Already Enough.



"It's not good enough yet"

I recently heard a child say this and it shocked me. Instead of saying "it's not done yet", they chose to say "it's not good enough yet". I'm sure the concept of "worthiness" is well known by our older kids but I wasn't prepared for a younger child to express it or demonstrate even the slightest understanding of it. 

Our striving for worth and perfection is seen by others, especially the younger people in our lives. Not only do they pick up on what we say, they also pick up on how we say it and how we respond to situations. 

When did we start shaping our actions and responses around proving or growing our worth?
When did we start believing that we had to do all of the things, all of the time. 


I'm not sure when or how, but it's tiring isn't' it?
 

I want to look in the mirror and just see me. 

Not the fact that my hair doesn't look like a girl I saw on Instagram. 
Or the fact that my nose is a little crooked. 
Or the circles under my eyes. 
Or the way my thighs look in jeans.

Or all of the other imperfections I can  SO EASILY point out.

I want to come home in the evening or on the weekend and be completely fine resting and not doing anything  (anything that feels like work or something to "prove" myself, that is). 

It seems like being busy has become the gold standard.
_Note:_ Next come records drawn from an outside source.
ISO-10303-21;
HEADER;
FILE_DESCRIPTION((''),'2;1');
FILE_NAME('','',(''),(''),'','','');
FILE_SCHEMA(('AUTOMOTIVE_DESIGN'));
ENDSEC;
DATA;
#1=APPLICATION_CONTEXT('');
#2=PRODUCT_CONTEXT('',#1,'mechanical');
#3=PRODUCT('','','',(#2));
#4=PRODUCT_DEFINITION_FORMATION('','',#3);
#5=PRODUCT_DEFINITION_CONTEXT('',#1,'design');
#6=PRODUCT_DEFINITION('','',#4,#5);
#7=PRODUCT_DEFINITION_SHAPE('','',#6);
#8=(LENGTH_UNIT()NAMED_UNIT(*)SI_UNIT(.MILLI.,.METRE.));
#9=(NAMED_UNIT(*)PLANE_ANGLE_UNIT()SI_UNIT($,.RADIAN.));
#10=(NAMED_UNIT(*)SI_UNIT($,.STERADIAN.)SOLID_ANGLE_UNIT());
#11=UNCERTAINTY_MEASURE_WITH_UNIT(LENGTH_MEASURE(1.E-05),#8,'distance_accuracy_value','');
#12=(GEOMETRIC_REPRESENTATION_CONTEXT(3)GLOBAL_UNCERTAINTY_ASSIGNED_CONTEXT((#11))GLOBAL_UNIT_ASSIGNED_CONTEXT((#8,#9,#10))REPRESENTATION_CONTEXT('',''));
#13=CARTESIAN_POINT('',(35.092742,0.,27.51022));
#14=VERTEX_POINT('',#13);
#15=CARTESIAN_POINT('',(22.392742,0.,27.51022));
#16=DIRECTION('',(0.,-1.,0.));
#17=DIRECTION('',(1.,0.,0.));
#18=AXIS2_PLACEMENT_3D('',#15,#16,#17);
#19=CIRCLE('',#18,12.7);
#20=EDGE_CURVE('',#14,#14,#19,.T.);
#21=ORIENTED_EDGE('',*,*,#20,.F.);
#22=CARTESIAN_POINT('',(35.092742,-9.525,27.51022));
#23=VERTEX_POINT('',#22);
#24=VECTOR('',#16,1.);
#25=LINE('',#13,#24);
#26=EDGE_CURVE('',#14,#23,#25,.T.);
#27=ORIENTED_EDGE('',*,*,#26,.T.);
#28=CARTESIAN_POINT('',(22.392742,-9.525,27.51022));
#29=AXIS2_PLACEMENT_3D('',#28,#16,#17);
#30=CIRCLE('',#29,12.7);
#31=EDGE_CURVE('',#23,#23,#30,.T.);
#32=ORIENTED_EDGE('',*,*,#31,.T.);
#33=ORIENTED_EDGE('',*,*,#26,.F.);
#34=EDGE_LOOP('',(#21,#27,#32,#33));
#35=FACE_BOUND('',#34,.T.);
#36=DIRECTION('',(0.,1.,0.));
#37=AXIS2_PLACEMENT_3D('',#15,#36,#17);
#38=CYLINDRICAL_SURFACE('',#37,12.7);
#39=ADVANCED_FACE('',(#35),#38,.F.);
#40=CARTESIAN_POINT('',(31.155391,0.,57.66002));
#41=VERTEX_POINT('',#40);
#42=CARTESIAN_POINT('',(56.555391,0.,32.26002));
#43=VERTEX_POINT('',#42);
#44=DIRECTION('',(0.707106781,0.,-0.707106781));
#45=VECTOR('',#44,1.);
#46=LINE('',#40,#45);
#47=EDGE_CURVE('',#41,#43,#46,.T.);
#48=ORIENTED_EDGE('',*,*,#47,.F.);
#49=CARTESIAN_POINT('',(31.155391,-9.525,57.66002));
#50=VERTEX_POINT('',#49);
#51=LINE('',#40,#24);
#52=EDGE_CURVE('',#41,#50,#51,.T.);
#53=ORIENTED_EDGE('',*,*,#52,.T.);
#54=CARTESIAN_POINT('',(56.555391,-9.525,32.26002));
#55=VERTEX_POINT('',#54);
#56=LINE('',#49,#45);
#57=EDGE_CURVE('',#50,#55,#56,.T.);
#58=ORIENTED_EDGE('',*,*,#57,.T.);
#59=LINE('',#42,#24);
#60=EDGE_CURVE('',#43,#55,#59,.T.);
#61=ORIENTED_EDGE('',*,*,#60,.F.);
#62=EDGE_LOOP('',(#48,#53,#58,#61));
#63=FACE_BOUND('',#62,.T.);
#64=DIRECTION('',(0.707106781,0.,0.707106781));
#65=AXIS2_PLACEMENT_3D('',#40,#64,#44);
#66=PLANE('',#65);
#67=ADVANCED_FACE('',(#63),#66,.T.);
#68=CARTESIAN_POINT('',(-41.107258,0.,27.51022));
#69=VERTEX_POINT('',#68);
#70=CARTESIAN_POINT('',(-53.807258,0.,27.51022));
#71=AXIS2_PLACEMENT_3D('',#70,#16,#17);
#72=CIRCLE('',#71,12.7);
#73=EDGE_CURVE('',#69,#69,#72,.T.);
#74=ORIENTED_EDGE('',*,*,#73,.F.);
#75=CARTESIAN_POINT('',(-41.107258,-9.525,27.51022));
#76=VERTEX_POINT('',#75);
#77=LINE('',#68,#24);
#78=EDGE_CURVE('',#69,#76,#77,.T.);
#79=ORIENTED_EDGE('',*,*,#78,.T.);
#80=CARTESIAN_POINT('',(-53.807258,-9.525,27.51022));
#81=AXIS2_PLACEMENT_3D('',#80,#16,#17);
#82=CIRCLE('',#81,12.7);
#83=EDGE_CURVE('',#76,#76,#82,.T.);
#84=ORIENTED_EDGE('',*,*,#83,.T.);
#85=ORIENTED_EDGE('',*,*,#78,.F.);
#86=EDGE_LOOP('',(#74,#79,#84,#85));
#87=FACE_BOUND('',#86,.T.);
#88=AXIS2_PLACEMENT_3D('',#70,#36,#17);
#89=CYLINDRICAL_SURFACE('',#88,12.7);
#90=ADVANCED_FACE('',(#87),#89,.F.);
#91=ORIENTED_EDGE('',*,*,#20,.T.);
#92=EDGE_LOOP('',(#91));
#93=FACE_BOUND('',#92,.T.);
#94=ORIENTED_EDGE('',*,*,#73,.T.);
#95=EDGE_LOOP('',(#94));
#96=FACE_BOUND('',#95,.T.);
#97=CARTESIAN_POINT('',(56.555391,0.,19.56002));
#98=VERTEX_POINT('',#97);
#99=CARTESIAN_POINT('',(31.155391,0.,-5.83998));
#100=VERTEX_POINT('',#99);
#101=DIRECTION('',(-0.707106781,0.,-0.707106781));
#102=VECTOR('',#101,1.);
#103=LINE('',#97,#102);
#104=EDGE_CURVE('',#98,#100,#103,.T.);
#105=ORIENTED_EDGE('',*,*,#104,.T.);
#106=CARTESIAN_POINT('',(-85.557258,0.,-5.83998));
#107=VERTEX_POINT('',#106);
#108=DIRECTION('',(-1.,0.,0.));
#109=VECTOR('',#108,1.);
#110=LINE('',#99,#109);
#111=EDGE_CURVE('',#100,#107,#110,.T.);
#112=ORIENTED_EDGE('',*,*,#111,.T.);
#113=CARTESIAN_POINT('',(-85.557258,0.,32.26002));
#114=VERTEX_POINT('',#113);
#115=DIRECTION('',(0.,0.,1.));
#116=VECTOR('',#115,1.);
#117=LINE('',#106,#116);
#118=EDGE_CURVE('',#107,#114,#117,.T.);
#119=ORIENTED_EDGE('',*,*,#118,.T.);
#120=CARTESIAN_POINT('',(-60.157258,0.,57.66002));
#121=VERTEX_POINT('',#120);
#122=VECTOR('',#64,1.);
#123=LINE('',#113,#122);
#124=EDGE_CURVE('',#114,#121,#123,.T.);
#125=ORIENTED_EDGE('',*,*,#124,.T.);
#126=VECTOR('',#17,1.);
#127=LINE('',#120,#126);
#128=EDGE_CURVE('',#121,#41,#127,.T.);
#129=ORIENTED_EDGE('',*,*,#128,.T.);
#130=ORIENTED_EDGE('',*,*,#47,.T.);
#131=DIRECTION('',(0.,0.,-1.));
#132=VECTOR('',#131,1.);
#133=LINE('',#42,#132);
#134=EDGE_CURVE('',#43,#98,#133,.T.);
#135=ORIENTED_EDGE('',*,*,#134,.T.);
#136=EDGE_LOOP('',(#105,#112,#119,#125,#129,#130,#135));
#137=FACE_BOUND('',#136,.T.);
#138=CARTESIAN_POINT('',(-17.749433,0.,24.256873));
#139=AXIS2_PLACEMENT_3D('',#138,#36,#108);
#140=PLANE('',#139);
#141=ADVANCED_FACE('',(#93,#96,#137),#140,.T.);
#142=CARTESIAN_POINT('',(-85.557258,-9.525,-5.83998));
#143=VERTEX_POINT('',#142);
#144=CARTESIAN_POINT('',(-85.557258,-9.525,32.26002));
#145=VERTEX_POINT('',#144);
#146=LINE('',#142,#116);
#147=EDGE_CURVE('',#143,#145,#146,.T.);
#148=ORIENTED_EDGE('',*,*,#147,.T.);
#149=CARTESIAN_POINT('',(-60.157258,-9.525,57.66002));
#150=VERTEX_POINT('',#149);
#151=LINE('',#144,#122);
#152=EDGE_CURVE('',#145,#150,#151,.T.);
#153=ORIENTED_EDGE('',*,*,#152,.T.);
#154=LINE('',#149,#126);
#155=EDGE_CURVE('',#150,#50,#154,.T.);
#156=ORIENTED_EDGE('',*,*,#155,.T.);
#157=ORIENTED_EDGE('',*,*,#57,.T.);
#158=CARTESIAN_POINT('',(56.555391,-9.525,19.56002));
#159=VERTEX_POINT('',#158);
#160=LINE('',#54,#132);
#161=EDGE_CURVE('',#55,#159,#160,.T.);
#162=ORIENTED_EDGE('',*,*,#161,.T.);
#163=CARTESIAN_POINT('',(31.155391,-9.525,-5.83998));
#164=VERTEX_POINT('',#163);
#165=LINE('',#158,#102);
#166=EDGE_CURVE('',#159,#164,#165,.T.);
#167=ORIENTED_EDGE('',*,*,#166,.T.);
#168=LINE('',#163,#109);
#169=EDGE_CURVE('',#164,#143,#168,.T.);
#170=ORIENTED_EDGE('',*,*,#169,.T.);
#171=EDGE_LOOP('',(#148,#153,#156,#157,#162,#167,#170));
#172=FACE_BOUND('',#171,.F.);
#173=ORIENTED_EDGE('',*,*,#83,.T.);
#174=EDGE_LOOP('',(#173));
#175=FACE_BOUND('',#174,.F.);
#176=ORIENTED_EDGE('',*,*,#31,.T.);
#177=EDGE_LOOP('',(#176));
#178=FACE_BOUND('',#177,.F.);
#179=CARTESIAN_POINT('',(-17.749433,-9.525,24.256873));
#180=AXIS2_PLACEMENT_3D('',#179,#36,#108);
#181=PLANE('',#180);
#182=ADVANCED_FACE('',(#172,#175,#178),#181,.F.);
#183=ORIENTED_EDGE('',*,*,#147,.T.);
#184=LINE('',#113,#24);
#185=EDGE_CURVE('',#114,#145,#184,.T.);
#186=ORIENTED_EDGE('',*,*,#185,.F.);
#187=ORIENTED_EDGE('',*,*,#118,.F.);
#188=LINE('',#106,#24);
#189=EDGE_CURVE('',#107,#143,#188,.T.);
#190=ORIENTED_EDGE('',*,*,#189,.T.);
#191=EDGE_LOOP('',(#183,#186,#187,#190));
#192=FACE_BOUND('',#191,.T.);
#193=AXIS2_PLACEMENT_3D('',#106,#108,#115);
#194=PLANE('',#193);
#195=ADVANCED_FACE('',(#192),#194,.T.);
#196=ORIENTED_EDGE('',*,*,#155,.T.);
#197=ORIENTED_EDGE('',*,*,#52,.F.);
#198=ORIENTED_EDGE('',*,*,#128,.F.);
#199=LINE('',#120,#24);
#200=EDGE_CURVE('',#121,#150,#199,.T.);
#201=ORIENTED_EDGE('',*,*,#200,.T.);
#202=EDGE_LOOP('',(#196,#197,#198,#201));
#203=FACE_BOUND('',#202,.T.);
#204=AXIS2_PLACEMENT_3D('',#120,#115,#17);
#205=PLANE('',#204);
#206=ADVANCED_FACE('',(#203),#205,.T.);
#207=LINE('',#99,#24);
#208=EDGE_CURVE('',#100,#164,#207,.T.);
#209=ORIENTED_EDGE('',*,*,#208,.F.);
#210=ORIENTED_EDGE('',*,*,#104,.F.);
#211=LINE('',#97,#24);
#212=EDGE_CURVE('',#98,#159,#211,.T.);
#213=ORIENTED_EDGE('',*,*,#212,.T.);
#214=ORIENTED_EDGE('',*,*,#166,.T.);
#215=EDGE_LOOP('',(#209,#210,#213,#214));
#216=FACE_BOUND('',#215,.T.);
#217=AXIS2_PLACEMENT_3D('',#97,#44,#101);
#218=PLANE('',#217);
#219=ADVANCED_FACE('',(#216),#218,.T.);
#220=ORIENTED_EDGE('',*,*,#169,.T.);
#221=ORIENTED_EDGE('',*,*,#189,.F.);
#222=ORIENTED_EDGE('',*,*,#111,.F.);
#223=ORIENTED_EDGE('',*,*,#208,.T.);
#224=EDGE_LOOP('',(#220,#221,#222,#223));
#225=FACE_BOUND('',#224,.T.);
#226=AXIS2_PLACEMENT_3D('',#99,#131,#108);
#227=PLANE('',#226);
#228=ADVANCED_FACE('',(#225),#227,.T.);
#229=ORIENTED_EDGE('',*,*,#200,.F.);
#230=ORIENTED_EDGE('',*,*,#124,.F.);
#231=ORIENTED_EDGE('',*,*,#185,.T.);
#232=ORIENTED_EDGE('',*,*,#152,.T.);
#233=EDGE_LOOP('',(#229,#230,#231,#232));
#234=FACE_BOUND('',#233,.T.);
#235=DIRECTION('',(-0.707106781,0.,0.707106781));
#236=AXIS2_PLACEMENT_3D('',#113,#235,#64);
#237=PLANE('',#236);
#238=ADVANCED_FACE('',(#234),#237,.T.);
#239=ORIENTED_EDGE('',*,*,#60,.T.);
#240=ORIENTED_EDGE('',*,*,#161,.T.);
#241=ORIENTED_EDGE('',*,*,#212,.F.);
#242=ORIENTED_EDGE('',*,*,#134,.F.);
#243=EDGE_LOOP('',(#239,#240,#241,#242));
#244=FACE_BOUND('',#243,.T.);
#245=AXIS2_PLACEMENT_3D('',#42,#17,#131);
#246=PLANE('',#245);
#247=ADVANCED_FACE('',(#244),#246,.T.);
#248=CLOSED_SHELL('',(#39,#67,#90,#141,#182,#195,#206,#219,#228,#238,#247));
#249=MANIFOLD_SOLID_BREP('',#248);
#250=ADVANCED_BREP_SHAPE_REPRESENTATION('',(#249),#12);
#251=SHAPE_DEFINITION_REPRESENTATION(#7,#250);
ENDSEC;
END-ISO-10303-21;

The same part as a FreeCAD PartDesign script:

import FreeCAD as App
import Part
import Sketcher
Q = App.Units.Quantity


def add_polygon(sketch, points):
    """Adds a closed chain of lines whose ends are joined by coincident constraints."""
    first, n = sketch.GeometryCount, len(points)
    for a, b in zip(points, points[1:] + points[:1]):
        sketch.addGeometry(Part.LineSegment(App.Vector(*a, 0), App.Vector(*b, 0)), False)
    for i in range(n):
        sketch.addConstraint(Sketcher.Constraint("Coincident", first + i, 2, first + (i + 1) % n, 1))

doc = App.newDocument("Part")
body = doc.addObject("PartDesign::Body", "Body")

sketch1 = body.newObject("Sketcher::SketchObject", "Sketch")
sketch1.AttachmentSupport = (doc.getObject("XZ_Plane"), [""])
sketch1.MapMode = "FlatFace"
add_polygon(sketch1, [(31, 58), (-60, 58), (-86, 32), (-86, -6), (31, -6), (57, 20), (57, 32)])
sketch1.addGeometry(Part.Circle(App.Vector(22, 28, 0), App.Vector(0, 0, 1), 13), False)
sketch1.addGeometry(Part.Circle(App.Vector(-54, 28, 0), App.Vector(0, 0, 1), 13), False)
sketch1.addConstraint([
    Sketcher.Constraint("Horizontal", 0),
    Sketcher.Constraint("Vertical", 2),
    Sketcher.Constraint("Horizontal", 3),
    Sketcher.Constraint("Vertical", 5),
    Sketcher.Constraint("Equal", 7, 8),
    Sketcher.Constraint("Parallel", 1, 4),
    Sketcher.Constraint("Perpendicular", 4, 6),
    Sketcher.Constraint("Horizontal", 7, 3, 8, 3),
    Sketcher.Constraint("Horizontal", 1, 2, 5, 2),
    Sketcher.Constraint("Vertical", 3, 2, 6, 2),
    Sketcher.Constraint("Equal", 1, 4),
    Sketcher.Constraint("Diameter", 7, Q("1 in")),
    Sketcher.Constraint("DistanceY", 2, 2, 2, 1, Q("1.5 in")),
    Sketcher.Constraint("DistanceY", 5, 1, 5, 2, Q("0.5 in")),
    Sketcher.Constraint("DistanceX", 8, 3, 7, 3, Q("3 in")),
    Sketcher.Constraint("DistanceX", 0, 2, 8, 3, Q("0.25 in")),
    Sketcher.Constraint("DistanceY", 8, 3, 0, 2, Q("1.187 in")),
    Sketcher.Constraint("DistanceX", 0, 2, 0, 1, 91.312649),
    Sketcher.Constraint("DistanceX", -1, 1, 7, 3, 22.392742),
    Sketcher.Constraint("DistanceY", -1, 1, 7, 3, 27.51022),
])
pad1 = body.newObject("PartDesign::Pad", "Pad")
pad1.Profile = sketch1
pad1.Length = Q("0.375 in")

doc.recompute()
As a woman, as a mom, as a business owner, even just as a person in general, everyday I'm bombarded with things I should be doing to be better in each of those roles. I don't know about you, but it's really exhausting. 

Instead, I want to notice these things when I look in the mirror: 


I want to notice my kindness - how it's creating change in small ways (even when I don't see it in real time) 
I want to notice the love I have for my family - the investment I have in my girls and devotion to spending time with my loved ones. 
I want to notice the ways in which my business helps people create beautiful spaces. 
I want to acknowledge that health is a process and I'm trying to do what's best for my body. 
And most of all, I want to notice that I'm exactly where I need to be and more than enough just as I am. 


 


We can take a break friends - from all of the "striving". 

I hope we cultivate spaces in our homes and in our lives for the messy, the normal, the everyday things that are in fact VERY extraordinary. I want to practice resting well and model it for the people around me. I also want to notice the lovely things in myself and in my loved ones, way more often than I do now.

You're already worthy. You're already good enough. 

1 comment


  • Rene Cox

    Such beautiful thoughts, Whitney! We ARE worthy, just the way we are now; our Savior says so!